15. The admitted facts, therefore, on the above basis which will emerge are that the motor cycle was being used by three persons including the driver and that was not within the permissible limit as laid down by Section 85 of the Motor Vehicles Act, 1939 which is also incorporated in Section 128 of the 1988 Act. The carrying of more persons on a vehicle will certainly make the ride somewhat unstable which may contribute to the accident. Moreover the Tribunal has considered the other evidence on record also to arrive at a conclusion that there was some contributory negligence on the part of the driver of the motor cycle and I am not inclined to reverse that finding in the facts and circumstances of the present case. The same is accordingly affirmed.
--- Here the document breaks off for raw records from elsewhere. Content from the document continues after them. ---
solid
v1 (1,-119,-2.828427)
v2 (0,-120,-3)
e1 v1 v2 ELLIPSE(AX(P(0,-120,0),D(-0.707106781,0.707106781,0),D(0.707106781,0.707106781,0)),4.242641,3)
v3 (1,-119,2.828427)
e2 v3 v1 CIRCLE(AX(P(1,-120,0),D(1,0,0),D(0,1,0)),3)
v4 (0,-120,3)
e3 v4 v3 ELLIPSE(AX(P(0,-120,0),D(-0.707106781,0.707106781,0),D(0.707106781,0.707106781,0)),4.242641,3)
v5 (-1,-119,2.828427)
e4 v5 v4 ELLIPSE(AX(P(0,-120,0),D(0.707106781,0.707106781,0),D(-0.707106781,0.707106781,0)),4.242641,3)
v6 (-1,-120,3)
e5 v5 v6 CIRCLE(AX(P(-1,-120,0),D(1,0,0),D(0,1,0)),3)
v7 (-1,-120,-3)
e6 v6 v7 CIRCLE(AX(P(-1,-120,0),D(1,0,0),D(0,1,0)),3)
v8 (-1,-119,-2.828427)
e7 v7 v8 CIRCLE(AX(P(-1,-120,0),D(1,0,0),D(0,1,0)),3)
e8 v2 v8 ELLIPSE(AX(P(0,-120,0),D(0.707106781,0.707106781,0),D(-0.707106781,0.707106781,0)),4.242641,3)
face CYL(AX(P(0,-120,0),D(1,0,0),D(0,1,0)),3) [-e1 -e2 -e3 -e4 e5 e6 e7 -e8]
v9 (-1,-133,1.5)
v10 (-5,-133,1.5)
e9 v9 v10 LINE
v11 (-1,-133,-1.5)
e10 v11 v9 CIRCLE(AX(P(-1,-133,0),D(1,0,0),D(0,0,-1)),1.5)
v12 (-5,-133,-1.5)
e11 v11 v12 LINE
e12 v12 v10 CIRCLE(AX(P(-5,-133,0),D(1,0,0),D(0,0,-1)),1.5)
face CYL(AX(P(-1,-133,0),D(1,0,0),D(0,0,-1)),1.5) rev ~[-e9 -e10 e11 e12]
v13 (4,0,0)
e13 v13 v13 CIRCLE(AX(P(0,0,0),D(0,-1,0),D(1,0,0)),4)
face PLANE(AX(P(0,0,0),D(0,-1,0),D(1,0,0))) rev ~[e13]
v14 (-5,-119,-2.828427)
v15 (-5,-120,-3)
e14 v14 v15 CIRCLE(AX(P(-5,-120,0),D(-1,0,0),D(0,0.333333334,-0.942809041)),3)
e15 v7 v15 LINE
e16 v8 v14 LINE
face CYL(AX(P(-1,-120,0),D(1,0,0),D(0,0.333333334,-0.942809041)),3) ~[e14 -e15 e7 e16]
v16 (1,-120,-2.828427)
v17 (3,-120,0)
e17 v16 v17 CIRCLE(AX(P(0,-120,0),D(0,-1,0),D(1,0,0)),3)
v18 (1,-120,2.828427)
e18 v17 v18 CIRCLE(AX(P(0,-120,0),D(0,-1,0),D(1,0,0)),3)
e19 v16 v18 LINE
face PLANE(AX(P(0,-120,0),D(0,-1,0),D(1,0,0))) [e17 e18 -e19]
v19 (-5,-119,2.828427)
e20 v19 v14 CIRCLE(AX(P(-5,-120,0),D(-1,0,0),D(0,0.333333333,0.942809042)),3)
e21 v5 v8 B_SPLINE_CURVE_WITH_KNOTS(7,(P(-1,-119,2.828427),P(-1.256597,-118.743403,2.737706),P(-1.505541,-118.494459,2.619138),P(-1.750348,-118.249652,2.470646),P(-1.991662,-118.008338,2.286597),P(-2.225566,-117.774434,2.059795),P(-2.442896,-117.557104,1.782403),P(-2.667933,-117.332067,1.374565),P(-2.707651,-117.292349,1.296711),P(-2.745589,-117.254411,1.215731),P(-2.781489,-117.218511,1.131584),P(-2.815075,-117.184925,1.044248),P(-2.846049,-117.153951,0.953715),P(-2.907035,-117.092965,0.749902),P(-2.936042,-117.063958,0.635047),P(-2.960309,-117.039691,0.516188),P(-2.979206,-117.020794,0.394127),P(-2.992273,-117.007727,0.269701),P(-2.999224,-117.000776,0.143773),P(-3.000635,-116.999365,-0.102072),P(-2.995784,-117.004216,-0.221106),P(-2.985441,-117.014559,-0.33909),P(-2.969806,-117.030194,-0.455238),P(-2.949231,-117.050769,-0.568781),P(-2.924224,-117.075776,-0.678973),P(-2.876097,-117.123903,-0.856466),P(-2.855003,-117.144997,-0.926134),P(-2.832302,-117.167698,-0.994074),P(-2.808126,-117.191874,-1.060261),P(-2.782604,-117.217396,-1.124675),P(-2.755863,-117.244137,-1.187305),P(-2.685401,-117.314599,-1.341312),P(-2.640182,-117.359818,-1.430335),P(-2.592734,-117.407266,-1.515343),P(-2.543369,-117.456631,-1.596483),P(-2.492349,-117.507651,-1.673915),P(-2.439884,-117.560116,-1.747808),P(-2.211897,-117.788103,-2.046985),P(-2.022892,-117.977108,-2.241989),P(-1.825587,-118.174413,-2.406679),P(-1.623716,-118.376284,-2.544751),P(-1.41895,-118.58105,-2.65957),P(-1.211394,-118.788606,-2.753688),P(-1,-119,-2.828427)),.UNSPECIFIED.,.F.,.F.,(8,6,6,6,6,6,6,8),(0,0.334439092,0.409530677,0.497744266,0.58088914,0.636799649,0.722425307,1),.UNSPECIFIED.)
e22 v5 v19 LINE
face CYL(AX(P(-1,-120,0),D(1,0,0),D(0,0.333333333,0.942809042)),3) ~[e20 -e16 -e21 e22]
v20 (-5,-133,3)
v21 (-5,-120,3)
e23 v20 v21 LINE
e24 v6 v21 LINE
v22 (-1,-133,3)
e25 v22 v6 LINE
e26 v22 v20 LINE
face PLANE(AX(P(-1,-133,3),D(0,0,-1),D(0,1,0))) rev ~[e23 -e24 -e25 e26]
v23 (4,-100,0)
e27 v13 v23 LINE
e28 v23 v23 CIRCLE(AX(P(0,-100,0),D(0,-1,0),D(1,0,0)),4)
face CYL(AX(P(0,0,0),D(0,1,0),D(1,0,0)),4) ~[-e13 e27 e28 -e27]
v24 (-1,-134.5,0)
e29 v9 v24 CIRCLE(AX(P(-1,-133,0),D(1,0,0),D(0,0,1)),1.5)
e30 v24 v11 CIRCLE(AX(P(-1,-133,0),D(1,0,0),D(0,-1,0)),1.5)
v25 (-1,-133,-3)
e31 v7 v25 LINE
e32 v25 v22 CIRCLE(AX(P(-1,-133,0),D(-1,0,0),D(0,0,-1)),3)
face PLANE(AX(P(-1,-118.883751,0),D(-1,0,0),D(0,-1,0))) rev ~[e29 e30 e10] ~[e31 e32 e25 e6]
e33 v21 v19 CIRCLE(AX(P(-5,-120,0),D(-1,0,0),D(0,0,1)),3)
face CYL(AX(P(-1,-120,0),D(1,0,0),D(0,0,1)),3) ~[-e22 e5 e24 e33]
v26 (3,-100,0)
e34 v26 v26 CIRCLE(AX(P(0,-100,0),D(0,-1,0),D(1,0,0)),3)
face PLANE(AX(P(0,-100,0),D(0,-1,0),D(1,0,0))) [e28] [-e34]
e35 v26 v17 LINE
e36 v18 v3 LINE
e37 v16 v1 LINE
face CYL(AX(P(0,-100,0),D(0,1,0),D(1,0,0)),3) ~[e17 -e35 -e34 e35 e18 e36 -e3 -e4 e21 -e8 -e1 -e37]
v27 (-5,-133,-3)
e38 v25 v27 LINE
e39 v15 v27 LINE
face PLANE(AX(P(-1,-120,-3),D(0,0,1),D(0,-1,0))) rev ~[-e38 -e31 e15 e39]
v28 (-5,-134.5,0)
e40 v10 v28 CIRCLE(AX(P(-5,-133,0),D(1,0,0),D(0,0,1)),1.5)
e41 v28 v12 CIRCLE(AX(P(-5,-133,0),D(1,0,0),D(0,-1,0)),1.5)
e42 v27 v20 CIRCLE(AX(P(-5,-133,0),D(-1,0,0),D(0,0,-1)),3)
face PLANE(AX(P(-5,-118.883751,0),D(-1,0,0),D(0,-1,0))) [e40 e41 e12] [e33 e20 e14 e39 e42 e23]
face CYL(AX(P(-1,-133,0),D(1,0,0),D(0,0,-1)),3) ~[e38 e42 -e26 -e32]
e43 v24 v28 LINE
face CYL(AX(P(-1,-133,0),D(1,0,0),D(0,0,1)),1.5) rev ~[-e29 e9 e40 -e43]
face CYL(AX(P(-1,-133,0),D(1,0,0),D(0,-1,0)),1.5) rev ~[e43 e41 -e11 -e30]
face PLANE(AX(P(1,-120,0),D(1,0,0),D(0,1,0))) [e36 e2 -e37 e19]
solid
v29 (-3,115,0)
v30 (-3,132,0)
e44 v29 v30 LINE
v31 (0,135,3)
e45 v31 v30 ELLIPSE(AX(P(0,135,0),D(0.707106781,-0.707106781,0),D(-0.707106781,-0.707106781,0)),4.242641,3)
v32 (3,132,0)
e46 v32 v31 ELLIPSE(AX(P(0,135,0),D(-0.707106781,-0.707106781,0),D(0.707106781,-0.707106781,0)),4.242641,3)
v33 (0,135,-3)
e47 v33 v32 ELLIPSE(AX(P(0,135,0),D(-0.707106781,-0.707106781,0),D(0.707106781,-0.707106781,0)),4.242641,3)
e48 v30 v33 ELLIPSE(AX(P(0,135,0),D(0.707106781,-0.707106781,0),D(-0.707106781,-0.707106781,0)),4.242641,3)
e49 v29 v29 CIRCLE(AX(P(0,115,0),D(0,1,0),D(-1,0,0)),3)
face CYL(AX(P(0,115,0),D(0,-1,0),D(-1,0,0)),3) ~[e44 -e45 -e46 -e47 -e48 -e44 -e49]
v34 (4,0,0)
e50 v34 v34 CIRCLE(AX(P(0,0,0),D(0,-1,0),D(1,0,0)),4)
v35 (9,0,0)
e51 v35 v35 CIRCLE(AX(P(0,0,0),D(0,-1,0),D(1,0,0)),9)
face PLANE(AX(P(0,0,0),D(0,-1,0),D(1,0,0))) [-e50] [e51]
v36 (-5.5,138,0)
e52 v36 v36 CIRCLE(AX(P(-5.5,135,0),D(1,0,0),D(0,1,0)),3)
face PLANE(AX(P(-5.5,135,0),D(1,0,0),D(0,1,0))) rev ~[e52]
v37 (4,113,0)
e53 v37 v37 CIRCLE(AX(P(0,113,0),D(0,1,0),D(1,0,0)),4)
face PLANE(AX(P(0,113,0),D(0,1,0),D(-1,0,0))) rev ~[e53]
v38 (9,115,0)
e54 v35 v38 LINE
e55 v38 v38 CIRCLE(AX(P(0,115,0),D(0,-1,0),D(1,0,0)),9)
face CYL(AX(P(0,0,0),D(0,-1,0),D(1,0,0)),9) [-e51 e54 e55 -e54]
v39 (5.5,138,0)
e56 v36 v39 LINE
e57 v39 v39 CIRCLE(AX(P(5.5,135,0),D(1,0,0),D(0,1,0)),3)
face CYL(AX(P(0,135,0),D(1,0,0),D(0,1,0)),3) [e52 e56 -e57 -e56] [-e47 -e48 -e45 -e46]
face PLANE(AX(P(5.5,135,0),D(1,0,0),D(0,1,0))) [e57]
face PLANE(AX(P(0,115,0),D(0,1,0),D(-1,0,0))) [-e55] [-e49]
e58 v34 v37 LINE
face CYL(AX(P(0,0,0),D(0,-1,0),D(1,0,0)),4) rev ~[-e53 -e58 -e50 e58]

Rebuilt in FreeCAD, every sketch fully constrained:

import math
import FreeCAD as App
import Part
import Sketcher

V = App.Vector
Q = App.Units.Quantity

doc = App.newDocument("Part")
body = doc.addObject("PartDesign::Body", "Body")

# Sketch on XZ plane
sketch1 = doc.addObject("Sketcher::SketchObject", "Sketch")
body.addObject(sketch1)
sketch1.AttachmentSupport = (doc.XZ_Plane, [""])
sketch1.MapMode = "FlatFace"
sketch1.addGeometry(Part.Circle(V(0, 0, 0), V(0, 0, 1), 4), False)
sketch1.addConstraint([
    Sketcher.Constraint("Coincident", 0, 3, -1, 1),
    Sketcher.Constraint("Diameter", 0, Q("8 mm")),
])
pad1 = doc.addObject("PartDesign::Pad", "Pad")
body.addObject(pad1)
pad1.Profile = sketch1
pad1.Length = 100

# Sketch on XZ plane
sketch2 = doc.addObject("Sketcher::SketchObject", "Sketch001")
body.addObject(sketch2)
sketch2.AttachmentSupport = (doc.XZ_Plane, [""])
sketch2.MapMode = "FlatFace"
sketch2.AttachmentOffset = App.Placement(V(0, 0, 100), App.Rotation())
sketch2.addGeometry(Part.Circle(V(0, 0, 0), V(0, 0, 1), 3), False)
sketch2.addConstraint([
    Sketcher.Constraint("Coincident", 0, 3, -1, 1),
    Sketcher.Constraint("Diameter", 0, Q("6 mm")),
])
pad2 = doc.addObject("PartDesign::Pad", "Pad001")
body.addObject(pad2)
pad2.Profile = sketch2
pad2.Length = 20

# Sketch on YZ plane
sketch3 = doc.addObject("Sketcher::SketchObject", "Sketch002")
body.addObject(sketch3)
sketch3.AttachmentSupport = (doc.YZ_Plane, [""])
sketch3.MapMode = "FlatFace"
sketch3.addGeometry(Part.Circle(V(-120, 0, 0), V(0, 0, 1), 3), False)
sketch3.addConstraint([
    Sketcher.Constraint("PointOnObject", 0, 3, -1),
    Sketcher.Constraint("Diameter", 0, Q("6 mm")),
    Sketcher.Constraint("DistanceX", 0, 3, -1, 1, Q("120 mm")),
])
pad3 = doc.addObject("PartDesign::Pad", "Pad002")
body.addObject(pad3)
pad3.Profile = sketch3
pad3.Length = 2
pad3.Midplane = True

# Sketch on YZ plane
sketch4 = doc.addObject("Sketcher::SketchObject", "Sketch003")
body.addObject(sketch4)
sketch4.AttachmentSupport = (doc.YZ_Plane, [""])
sketch4.MapMode = "FlatFace"
sketch4.AttachmentOffset = App.Placement(V(0, 0, -1), App.Rotation())
sketch4.addGeometry([
    Part.ArcOfCircle(Part.Circle(V(-120, 0, 0), V(0, 0, 1), 3), math.radians(-70.528779), math.radians(70.528779)),  # 0
    Part.ArcOfCircle(Part.Circle(V(-120, 0, 0), V(0, 0, 1), 3), math.radians(-90), math.radians(-70.528779)),  # 1
    Part.LineSegment(V(-120, -3, 0), V(-133, -3, 0)),  # 2
    Part.ArcOfCircle(Part.Circle(V(-133, 0, 0), V(0, 0, 1), 3), math.radians(90), math.radians(270)),  # 3
    Part.LineSegment(V(-133, 3, 0), V(-120, 3, 0)),  # 4
    Part.ArcOfCircle(Part.Circle(V(-120, 0, 0), V(0, 0, 1), 3), math.radians(70.528779), math.radians(90)),  # 5
    Part.ArcOfCircle(Part.Circle(V(-133, 0, 0), V(0, 0, 1), 1.5), math.radians(-90), math.radians(90)),  # 6
    Part.ArcOfCircle(Part.Circle(V(-133, 0, 0), V(0, 0, 1), 1.5), math.radians(90), math.radians(180)),  # 7
    Part.ArcOfCircle(Part.Circle(V(-133, 0, 0), V(0, 0, 1), 1.5), math.radians(180), math.radians(270)),  # 8
], False)
sketch4.addConstraint([
    Sketcher.Constraint("Tangent", 0, 1, 1, 2),
    Sketcher.Constraint("Tangent", 1, 1, 2, 1),
    Sketcher.Constraint("Tangent", 2, 2, 3, 2),
    Sketcher.Constraint("Tangent", 3, 1, 4, 1),
    Sketcher.Constraint("Tangent", 4, 2, 5, 2),
    Sketcher.Constraint("Tangent", 5, 1, 0, 2),
    Sketcher.Constraint("Tangent", 6, 2, 7, 1),
    Sketcher.Constraint("Tangent", 7, 2, 8, 1),
    Sketcher.Constraint("Tangent", 8, 2, 6, 1),
    Sketcher.Constraint("Horizontal", 2),
    Sketcher.Constraint("Horizontal", 4),
    Sketcher.Constraint("Coincident", 6, 3, 3, 3),
    Sketcher.Constraint("Equal", 0, 1),
    Sketcher.Constraint("Equal", 1, 3),
    Sketcher.Constraint("Symmetric", 0, 1, 5, 1, -1),
    Sketcher.Constraint("PointOnObject", 7, 2, -1),
    Sketcher.Constraint("Vertical", 3, 1, 6, 2),
    Sketcher.Constraint("Vertical", 6, 2, 8, 2),
    Sketcher.Constraint("Radius", 0, Q("3 mm")),
    Sketcher.Constraint("Radius", 6, Q("1.5 mm")),
    Sketcher.Constraint("DistanceX", 2, 2, 2, 1, Q("13 mm")),
    Sketcher.Constraint("DistanceX", 0, 3, -1, 1, Q("120 mm")),
    Sketcher.Constraint("DistanceX", 0, 1, -1, 1, Q("119 mm")),
])
pad4 = doc.addObject("PartDesign::Pad", "Pad003")
body.addObject(pad4)
pad4.Profile = sketch4
pad4.Length = 4
pad4.Reversed = True
body2 = doc.addObject("PartDesign::Body", "Body001")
16. The Tribunal lastly directed that the 60% of amount in one case and 50% in the other two cases as awarded shall be put in the fixed deposit receipts in scheduled bank for a period of 7 years with liberty to draw interest quarterly. This direction is usually given in the nature of each case when the parties interest is required to be protected. In the present case the claimants are well educated and are in a position to handle the awarded amount in the best possible manner they deem proper and appropriate. Moreover the accident took place as far back as on 30th April, 1984 and it will be in the interest of justice to release the awarded amounts in favour of the claimants. The entire amounts including the amounts lying in the fixed deposit receipts shall be released to the claimants by the respective banks within four weeks from today. This will also include balance amounts including interest till date @ 15% as awarded by the Tribunal as due in terms of the Award dated 1st December, 1995 from respondents 2 and 3 which will be disbursed within two months from today.
17. In view of the aforesaid, the FAO Nos.177/96, 178/96 and 179/96 are allowed and FAO Nos. 161/96, 166/96 and 168/96 filed by the Union of India are dismissed with consolidated costs which are quantified at Rs.5000/-.